Article
Articles about "ophthalmologist burnout" have lately been coming across my desk.
Articles about "ophthalmologist burnout" have lately been coming across my desk.
The first came in the newsletter of the Association of University Professors of Ophthalmology (AUPO), and is authored by Oscar A. Cruz, MD, professor and chairperson, St. Louis University.1 Dr. Cruz writes that "department chairs are experiencing significant stressors, including increased oversight and bureaucracy associated with patient care, teaching and research, decreased reimbursement for patient care services, and a reduction in time available for teaching and research."
He reported the results of a survey of 101 ophthalmology department chairpersons, looking for the three risk characteristics of burnout: moderate to high emotional exhaustion, increased depersonalization, and decreased personal accomplishment. Ten chairpersons, according to the survey, are in trouble-they scored three-for-three for these risk characteristics (I hope I'm not one of them). The AUPO, according to Dr. Cruz, will be proactive in addressing this problem.

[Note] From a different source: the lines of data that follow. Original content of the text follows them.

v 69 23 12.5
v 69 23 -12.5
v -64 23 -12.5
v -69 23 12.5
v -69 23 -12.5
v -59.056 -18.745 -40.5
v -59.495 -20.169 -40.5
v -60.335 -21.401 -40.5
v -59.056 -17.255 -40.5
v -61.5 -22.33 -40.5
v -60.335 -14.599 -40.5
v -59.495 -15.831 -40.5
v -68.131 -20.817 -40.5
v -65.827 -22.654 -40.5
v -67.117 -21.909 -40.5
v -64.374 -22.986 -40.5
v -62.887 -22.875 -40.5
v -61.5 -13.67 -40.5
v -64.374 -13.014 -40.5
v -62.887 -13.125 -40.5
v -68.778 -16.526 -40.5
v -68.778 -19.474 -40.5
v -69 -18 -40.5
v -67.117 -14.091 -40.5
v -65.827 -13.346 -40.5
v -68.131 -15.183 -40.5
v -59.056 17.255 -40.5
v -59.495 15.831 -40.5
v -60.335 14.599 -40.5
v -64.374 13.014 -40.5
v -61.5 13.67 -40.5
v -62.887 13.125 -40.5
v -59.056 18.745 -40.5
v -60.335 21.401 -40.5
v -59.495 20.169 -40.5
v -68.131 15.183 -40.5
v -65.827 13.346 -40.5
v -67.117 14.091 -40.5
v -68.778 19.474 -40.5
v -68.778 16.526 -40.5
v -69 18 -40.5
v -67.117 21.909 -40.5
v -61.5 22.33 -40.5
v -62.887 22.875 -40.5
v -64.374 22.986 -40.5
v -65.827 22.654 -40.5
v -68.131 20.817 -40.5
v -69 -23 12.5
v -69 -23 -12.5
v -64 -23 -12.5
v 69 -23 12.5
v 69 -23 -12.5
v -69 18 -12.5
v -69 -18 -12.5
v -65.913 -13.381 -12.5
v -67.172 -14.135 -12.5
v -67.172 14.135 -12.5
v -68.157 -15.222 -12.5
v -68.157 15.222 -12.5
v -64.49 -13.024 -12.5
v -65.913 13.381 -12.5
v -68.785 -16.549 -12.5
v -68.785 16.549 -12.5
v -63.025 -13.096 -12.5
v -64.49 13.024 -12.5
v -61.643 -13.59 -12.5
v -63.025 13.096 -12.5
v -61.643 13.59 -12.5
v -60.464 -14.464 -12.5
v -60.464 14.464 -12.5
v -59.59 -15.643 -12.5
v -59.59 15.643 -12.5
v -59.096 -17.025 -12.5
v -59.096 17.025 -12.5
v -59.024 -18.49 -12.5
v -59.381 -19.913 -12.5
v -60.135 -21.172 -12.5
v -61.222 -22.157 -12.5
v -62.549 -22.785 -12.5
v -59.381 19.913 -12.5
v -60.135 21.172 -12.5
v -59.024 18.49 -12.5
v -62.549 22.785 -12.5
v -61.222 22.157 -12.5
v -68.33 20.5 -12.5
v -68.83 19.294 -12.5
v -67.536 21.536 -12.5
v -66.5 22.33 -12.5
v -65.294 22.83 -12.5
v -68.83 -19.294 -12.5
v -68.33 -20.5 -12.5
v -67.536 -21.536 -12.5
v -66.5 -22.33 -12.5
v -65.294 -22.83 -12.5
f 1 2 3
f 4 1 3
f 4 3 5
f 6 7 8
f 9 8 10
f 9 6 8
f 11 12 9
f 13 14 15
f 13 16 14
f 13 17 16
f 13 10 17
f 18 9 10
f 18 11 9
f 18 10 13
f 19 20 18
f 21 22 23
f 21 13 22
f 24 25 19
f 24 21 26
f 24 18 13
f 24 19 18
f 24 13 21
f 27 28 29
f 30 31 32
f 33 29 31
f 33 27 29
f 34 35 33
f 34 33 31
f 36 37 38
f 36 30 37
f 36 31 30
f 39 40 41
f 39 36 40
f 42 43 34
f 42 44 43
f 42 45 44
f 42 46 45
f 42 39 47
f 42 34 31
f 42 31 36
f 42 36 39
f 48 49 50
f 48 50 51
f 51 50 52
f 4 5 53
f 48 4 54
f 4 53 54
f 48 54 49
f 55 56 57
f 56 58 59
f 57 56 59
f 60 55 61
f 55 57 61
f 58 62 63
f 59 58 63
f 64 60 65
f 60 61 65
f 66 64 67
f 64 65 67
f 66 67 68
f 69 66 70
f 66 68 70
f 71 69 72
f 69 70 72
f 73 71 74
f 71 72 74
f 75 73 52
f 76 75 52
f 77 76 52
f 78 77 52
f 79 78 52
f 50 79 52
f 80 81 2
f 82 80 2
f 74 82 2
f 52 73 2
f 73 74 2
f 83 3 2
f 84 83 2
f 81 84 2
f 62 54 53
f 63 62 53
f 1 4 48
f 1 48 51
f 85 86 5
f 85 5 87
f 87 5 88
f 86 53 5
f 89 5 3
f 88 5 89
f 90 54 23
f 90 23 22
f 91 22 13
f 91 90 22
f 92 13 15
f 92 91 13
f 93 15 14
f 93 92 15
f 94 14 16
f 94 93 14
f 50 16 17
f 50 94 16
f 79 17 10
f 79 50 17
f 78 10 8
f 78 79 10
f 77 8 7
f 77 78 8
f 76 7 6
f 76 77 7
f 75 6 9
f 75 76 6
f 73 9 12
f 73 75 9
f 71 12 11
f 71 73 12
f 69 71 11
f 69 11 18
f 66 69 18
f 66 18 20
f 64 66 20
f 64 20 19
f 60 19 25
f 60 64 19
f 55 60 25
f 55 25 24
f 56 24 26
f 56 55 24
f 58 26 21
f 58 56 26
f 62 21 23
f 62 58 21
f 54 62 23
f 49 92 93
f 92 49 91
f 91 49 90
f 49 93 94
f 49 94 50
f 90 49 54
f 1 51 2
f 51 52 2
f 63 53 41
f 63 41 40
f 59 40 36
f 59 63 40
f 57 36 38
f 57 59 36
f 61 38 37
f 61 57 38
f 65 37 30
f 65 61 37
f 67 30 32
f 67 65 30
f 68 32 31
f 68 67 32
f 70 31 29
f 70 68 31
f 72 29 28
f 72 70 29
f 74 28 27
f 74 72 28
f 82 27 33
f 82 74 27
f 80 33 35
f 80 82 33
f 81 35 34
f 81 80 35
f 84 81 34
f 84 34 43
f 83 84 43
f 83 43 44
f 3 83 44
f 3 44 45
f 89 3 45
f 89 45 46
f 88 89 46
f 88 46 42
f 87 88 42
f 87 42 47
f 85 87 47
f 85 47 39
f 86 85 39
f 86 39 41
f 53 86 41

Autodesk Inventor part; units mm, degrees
ref_plane "YZ Plane" through (0, 0, 0) normal (1, 0, 0) x (0, 1, 0)
ref_plane "XZ Plane" through (0, 0, 0) normal (0, 1, 0) x (-1, 0, 0)
ref_plane "XY Plane" through (0, 0, 0) normal (0, 0, 1) x (1, 0, 0)
sketch "Szkic1" plane through (0, 0, 0) normal (0, 0, 1) x (1, 0, 0)
  line L0 (-69, -23) -> (69, -23)
  line L1 (69, -23) -> (69, 23)
  line L2 (69, 23) -> (-69, 23)
  line L3 (-69, 23) -> (-69, -23)
  line L4 (-69, -23) -> (69, 23) construction
  line L5 (69, -23) -> (-69, 23) construction
  point P0 (0, 0)
  dimension "d0" = 138
  dimension "d1" = 46
extrude "Wyciągnięcie proste1" add sketch "Szkic1" along normal mid plane 25
sketch "Szkic2" plane through (0, 0, -12.5) normal (0, 0, -1) x (-1, 0, 0)
  line L0 (-69, -23) -> (69, -23) projected
  line L1 (69, -23) -> (69, 23) projected
  line L2 (69, 23) -> (-69, 23) projected
  line L3 (-69, 23) -> (-69, -23) projected
  circle A0 centre (64, -18) radius 5
  circle A1 centre (64, 18) radius 5
  line L4 (-69, -23) -> (69, -23) projected
  line L5 (69, -23) -> (69, 23) projected
  line L6 (69, 23) -> (-69, 23) projected
  point P0 (0, 0)
  dimension "d4" = 10
  dimension "d5" = 10
extrude "Wyciągnięcie proste2" add sketch "Szkic2" along normal blind 28 contours A0 | A1
equation "\"d5\" = d4"
properties part number "lipol_6000"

Such is apparently not the case, because I shortly after received an article by Paul Arnold, MD, entitled "Recognizing the causes of ophthalmologist burnout."2 Dr. Arnold describes "the five Ds" of burnout as detachment (withdrawal from patients, staff, and family), depersonalization (loss of empathy for others), depression, divorce, and dependence (drugs, alcohol, food, sex, gambling, and conspicuous consumption). The article does not say how many of us ophthalmologists are afflicted with burnout, but Dr. Arnold says the phenomenon reflects failure to acknowledge that some things are beyond our control (the article stresses economic factors and declining physician reimbursement), and asserts that "the quest for ever-greater efficiency . . . leads directly to burnout."
It is too bad (for them, their families, and the people in their departments) that 10% of ophthalmology department chairpersons are burned out. It is also sad that apparently a goodly number of practicing ophthalmologists are in the same boat. In retrospect, commentaries I wrote recently seem to support that this is a real issue (the equivalent of seven medical school graduating classes are being lost annually to alcoholism and suicide, and the majority of ophthalmologists responding to an Ophthalmology Times on-line survey say they would not encourage a son or daughter to pursue a career in medicine).
So what to do? Dr. Cruz recommends controlling the number of hours worked per week, spending time with a spouse/partner and family, having a mentor, and utilizing individual approaches to reducing stress.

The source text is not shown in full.